■ EXERCISE DATA

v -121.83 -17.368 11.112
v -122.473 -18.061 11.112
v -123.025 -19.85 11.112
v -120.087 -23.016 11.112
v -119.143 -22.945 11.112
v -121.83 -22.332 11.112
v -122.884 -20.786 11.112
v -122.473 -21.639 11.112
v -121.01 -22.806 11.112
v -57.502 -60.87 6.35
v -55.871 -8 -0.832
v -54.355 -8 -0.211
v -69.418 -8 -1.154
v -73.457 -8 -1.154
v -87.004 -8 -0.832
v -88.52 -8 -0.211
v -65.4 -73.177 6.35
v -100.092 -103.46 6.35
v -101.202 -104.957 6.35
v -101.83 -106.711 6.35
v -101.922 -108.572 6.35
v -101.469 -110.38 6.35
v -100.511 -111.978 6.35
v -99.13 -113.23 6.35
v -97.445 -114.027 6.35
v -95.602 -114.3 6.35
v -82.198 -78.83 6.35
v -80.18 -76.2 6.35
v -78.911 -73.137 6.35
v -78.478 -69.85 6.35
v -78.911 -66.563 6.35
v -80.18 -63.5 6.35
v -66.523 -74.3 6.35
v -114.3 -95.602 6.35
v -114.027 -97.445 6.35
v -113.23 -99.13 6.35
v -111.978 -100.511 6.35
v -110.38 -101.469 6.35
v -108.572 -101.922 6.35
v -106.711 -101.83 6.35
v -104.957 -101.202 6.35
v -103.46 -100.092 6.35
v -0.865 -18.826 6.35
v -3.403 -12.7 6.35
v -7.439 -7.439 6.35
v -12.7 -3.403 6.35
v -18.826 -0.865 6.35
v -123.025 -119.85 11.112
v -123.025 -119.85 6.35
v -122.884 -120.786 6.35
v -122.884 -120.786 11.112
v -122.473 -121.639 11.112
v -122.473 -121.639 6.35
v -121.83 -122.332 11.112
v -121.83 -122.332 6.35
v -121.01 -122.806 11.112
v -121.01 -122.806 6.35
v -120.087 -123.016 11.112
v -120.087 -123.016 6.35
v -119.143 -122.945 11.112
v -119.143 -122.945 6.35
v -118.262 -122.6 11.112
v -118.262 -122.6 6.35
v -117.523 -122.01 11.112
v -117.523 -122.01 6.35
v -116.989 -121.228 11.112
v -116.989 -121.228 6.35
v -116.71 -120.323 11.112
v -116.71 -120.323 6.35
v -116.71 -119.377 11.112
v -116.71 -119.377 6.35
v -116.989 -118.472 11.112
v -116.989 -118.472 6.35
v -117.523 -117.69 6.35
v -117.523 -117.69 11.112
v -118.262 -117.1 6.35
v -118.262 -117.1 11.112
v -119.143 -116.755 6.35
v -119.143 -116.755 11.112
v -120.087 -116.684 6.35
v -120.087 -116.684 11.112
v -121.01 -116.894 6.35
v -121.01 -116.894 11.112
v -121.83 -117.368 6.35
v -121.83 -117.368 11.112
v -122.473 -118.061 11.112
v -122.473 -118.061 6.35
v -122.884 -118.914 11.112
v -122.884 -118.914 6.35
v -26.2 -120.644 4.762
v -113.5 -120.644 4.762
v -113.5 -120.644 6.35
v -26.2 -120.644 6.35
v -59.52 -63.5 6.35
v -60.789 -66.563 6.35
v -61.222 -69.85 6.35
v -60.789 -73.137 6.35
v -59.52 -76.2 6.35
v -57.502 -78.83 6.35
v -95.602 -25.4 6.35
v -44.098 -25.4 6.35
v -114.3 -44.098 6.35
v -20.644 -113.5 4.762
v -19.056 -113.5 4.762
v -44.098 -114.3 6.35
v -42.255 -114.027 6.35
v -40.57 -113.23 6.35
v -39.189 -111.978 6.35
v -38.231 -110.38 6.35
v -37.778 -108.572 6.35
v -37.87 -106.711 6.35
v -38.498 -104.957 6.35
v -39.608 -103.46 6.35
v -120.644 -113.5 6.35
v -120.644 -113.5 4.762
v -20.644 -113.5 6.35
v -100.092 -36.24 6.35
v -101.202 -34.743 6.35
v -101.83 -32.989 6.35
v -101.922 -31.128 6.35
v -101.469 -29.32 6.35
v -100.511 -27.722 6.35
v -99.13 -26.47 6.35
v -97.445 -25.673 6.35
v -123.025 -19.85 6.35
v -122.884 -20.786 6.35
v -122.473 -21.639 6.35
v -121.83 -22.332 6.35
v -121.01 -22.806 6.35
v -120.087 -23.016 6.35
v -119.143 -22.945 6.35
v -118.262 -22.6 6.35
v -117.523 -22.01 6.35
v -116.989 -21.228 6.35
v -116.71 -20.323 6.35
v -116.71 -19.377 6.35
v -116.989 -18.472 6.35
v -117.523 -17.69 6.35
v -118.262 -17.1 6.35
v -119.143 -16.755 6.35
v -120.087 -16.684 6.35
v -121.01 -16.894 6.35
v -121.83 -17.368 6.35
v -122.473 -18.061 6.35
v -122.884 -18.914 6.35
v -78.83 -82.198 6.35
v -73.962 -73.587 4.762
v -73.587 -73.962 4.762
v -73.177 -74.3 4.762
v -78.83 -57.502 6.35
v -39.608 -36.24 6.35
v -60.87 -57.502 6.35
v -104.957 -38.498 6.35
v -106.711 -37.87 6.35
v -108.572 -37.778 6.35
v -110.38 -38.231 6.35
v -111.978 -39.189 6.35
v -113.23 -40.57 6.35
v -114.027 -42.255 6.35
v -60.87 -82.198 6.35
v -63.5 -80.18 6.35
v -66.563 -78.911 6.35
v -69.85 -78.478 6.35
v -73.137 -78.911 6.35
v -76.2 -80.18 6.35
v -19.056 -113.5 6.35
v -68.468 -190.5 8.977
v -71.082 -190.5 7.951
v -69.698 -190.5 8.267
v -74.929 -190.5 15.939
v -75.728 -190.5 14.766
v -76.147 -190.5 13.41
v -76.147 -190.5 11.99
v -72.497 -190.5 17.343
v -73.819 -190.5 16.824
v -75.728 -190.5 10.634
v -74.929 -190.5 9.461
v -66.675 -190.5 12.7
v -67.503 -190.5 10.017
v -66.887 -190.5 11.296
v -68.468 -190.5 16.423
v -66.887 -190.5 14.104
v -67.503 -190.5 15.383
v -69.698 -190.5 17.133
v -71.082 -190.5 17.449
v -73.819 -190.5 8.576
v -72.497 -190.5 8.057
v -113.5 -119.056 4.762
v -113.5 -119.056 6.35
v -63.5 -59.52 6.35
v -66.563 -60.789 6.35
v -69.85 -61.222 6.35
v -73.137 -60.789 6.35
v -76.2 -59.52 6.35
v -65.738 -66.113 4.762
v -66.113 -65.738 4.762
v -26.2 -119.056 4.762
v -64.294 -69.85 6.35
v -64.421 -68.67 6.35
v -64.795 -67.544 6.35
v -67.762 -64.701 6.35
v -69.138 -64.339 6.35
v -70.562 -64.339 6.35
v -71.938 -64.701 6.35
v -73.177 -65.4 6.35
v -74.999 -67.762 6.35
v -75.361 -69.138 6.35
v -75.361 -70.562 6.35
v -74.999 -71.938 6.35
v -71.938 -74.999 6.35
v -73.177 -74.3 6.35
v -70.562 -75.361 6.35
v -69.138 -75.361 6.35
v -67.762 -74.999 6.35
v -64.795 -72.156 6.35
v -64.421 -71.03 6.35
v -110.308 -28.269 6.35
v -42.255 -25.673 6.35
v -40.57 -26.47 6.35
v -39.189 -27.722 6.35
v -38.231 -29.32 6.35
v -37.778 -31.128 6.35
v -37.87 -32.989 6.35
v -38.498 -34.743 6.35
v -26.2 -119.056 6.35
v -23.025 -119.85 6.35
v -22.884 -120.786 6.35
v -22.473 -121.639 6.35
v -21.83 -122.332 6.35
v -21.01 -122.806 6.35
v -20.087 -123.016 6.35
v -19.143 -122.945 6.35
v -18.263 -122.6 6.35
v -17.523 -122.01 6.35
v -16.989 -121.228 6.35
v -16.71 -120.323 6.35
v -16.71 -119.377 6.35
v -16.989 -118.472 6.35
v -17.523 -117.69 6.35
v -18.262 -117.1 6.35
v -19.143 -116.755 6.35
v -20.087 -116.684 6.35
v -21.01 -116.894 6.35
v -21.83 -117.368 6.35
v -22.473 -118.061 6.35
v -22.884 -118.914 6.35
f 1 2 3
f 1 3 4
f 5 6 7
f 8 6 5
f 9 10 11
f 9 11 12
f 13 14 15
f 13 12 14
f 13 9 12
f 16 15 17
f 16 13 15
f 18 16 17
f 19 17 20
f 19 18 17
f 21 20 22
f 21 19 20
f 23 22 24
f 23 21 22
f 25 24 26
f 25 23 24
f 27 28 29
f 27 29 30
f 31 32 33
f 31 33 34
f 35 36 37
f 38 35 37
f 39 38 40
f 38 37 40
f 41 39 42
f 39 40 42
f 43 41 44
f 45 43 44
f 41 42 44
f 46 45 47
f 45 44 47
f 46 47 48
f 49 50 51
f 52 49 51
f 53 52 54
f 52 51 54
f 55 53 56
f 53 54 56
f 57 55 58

■ WORK ORDER
Write out a verbatim copy of the data, beginning with its first line and ending with the line that contains "v -65.4 -73.177 6.35".

■ THE ANSWER
v -121.83 -17.368 11.112
v -122.473 -18.061 11.112
v -123.025 -19.85 11.112
v -120.087 -23.016 11.112
v -119.143 -22.945 11.112
v -121.83 -22.332 11.112
v -122.884 -20.786 11.112
v -122.473 -21.639 11.112
v -121.01 -22.806 11.112
v -57.502 -60.87 6.35
v -55.871 -8 -0.832
v -54.355 -8 -0.211
v -69.418 -8 -1.154
v -73.457 -8 -1.154
v -87.004 -8 -0.832
v -88.52 -8 -0.211
v -65.4 -73.177 6.35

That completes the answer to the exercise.